ECF 18 at 23. If the inmate cannot resolve the complaint informally, he can file a grievance within ten business days of the incident giving rise to the complaint. ECF 18 at ¶ 11. The offender must also “provide evidence (e.g., “To/From” correspondence, State Form 36935, “Request for Interview”) of the attempt” to resolve the complaint informally. Id. at ¶ 10. Once a formal grievance is filed, the Offender Grievance Specialist reviews it to ensure it meets the requirements of the grievance policy. ECF 18 at ¶ 13. A grievance can be rejected if it is filed more than ten business days after the incident or if the offender is grieving a matter that is inappropriate for the grievance process. Id. at ¶ 15. The Offender Grievance Specialist must either return the grievance if it is unacceptable or provide a receipt for it. Id. at ¶ 12. If the offender does not receive either a receipt or a

form indicating that the grievance was rejected within five days of submission, the offender must notify the Offender Grievance Specialist and keep a copy of that notice. Id. The Offender Grievance Specialist will then investigate. Id. If a grievance is accepted, the Offender Grievance Specialist has fifteen days to complete an investigation and respond. ECF 18 at ¶ 18. An offender who is dissatisfied with the resolution of the formal grievance may file an appeal within five days of

receiving a response to the formal grievance. Id. at ¶ 21. If the appeal is denied, the offender may seek review. Id. at ¶ 24. The grievance process is complete when an offender attempts an informal resolution, files a formal grievance, files an appeal with the Warden or his designee, and files a second appeal with the Offender Grievance Manager. Id. at ¶ 29. Indiana Department of Correction (“IDOC”) records show whether

an inmate filed an informal grievance, formal grievance, or an appeal, as well as the responses. Id. at ¶ 31. According to the IDOC’s grievance records, Hill filed his first formal grievance on July 24, 2018, wherein he stated he had not received appropriate medical care for an injury he sustained to his left wrist on July 4, 2018. ECF 18 at ¶ 35(a); ECF 18 at 34-35.

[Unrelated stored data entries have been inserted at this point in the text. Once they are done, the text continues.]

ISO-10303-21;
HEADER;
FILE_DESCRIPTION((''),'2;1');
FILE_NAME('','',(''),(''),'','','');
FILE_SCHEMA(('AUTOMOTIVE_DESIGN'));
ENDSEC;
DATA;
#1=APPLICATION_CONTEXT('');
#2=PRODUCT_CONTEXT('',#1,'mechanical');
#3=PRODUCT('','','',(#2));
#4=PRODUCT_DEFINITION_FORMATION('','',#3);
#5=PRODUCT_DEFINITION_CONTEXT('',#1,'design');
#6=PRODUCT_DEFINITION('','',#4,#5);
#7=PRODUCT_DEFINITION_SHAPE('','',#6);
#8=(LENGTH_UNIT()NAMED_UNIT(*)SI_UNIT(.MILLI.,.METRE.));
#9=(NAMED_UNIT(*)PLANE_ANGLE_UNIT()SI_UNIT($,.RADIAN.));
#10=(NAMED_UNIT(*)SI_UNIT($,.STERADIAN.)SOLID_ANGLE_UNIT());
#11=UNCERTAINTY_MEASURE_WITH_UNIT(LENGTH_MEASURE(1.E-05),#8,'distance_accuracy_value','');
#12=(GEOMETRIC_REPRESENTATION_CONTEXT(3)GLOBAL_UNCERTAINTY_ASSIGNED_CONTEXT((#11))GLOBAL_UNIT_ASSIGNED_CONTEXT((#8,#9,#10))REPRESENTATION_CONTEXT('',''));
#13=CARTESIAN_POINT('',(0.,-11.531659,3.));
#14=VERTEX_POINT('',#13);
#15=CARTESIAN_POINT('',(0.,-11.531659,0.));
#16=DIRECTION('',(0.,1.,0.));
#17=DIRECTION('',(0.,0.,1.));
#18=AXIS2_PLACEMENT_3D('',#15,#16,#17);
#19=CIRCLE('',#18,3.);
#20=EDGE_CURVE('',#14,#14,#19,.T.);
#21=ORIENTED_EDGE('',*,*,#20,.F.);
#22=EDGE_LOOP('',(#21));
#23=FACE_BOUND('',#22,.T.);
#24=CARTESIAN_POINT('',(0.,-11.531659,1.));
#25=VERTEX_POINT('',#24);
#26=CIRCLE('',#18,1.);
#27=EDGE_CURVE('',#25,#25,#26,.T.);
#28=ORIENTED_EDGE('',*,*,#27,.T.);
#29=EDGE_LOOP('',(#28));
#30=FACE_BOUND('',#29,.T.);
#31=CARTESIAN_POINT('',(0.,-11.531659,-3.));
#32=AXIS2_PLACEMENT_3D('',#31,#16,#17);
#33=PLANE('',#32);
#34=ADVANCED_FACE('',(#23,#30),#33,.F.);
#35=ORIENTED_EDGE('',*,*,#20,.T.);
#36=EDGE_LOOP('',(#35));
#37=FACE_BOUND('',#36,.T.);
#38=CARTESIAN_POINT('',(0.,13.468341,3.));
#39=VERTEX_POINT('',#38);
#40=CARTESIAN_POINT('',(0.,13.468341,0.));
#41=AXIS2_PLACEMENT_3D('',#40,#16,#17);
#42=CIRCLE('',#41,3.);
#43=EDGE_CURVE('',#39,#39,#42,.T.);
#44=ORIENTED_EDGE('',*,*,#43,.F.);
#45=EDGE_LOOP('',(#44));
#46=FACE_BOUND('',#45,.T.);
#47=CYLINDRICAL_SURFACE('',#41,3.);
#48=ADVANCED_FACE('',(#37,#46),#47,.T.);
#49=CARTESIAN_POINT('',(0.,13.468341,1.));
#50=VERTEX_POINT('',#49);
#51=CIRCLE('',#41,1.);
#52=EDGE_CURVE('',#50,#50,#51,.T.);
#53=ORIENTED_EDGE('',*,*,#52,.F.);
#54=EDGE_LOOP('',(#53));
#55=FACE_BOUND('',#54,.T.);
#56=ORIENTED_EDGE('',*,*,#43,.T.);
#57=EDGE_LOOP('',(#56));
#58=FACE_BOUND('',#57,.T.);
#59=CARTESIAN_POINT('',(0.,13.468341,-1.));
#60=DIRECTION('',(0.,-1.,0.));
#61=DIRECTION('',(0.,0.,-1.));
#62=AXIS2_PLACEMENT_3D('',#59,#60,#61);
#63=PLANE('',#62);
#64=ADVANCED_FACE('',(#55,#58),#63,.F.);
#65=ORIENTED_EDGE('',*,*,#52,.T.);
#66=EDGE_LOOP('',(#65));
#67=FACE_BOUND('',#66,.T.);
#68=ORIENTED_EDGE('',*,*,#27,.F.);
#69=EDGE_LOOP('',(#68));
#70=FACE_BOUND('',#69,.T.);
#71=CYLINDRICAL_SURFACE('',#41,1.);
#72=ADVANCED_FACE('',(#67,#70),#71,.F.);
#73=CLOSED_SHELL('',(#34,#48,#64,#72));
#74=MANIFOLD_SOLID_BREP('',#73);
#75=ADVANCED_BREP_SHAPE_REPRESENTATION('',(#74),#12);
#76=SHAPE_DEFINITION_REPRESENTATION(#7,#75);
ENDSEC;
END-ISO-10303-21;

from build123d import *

# Parameters (mm, degrees)
SKICA1_W = 2
SKICA1_H = 25


with BuildPart() as part:
    # Skica1 → Rotovat1 (revolve)
    with BuildSketch(Plane(origin=(0, 0, 0), x_dir=(0, 0, -1), z_dir=(1, 0, 0)), mode=Mode.PRIVATE) as rotovat1_sk:
        with Locations((2, 0.968340643)):
            Rectangle(SKICA1_W, SKICA1_H)
    revolve(rotovat1_sk.sketch.rotate(Axis((0, 13.468340643, 0), (0, -1, 0)), 180), axis=Axis((0, 13.468340643, 0), (0, -1, 0)))


solid = part.part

Under the grievance policy, the latest Hill could submit a grievance form pertaining to the July 4, 2018, incident was ten business days from the date of the incident, or July 18, 2018. Id. at ¶ 35(b). The grievance form was returned to Hill on July 26, 2018, because it was submitted too late and he failed to provide any proof of an attempt at an informal resolution. ECF ¶ at 35(b); ECF 18 at 33.

On July 27, 2018, Hill submitted another formal grievance form listing the July 4, 2018, incident date. ECF 18 ¶ 35(c); ECF 18 at 37. On the form, Hill noted that he had submitted an informal grievance on July 5, 2018, but he never received a response to it. ECF 18 at 37.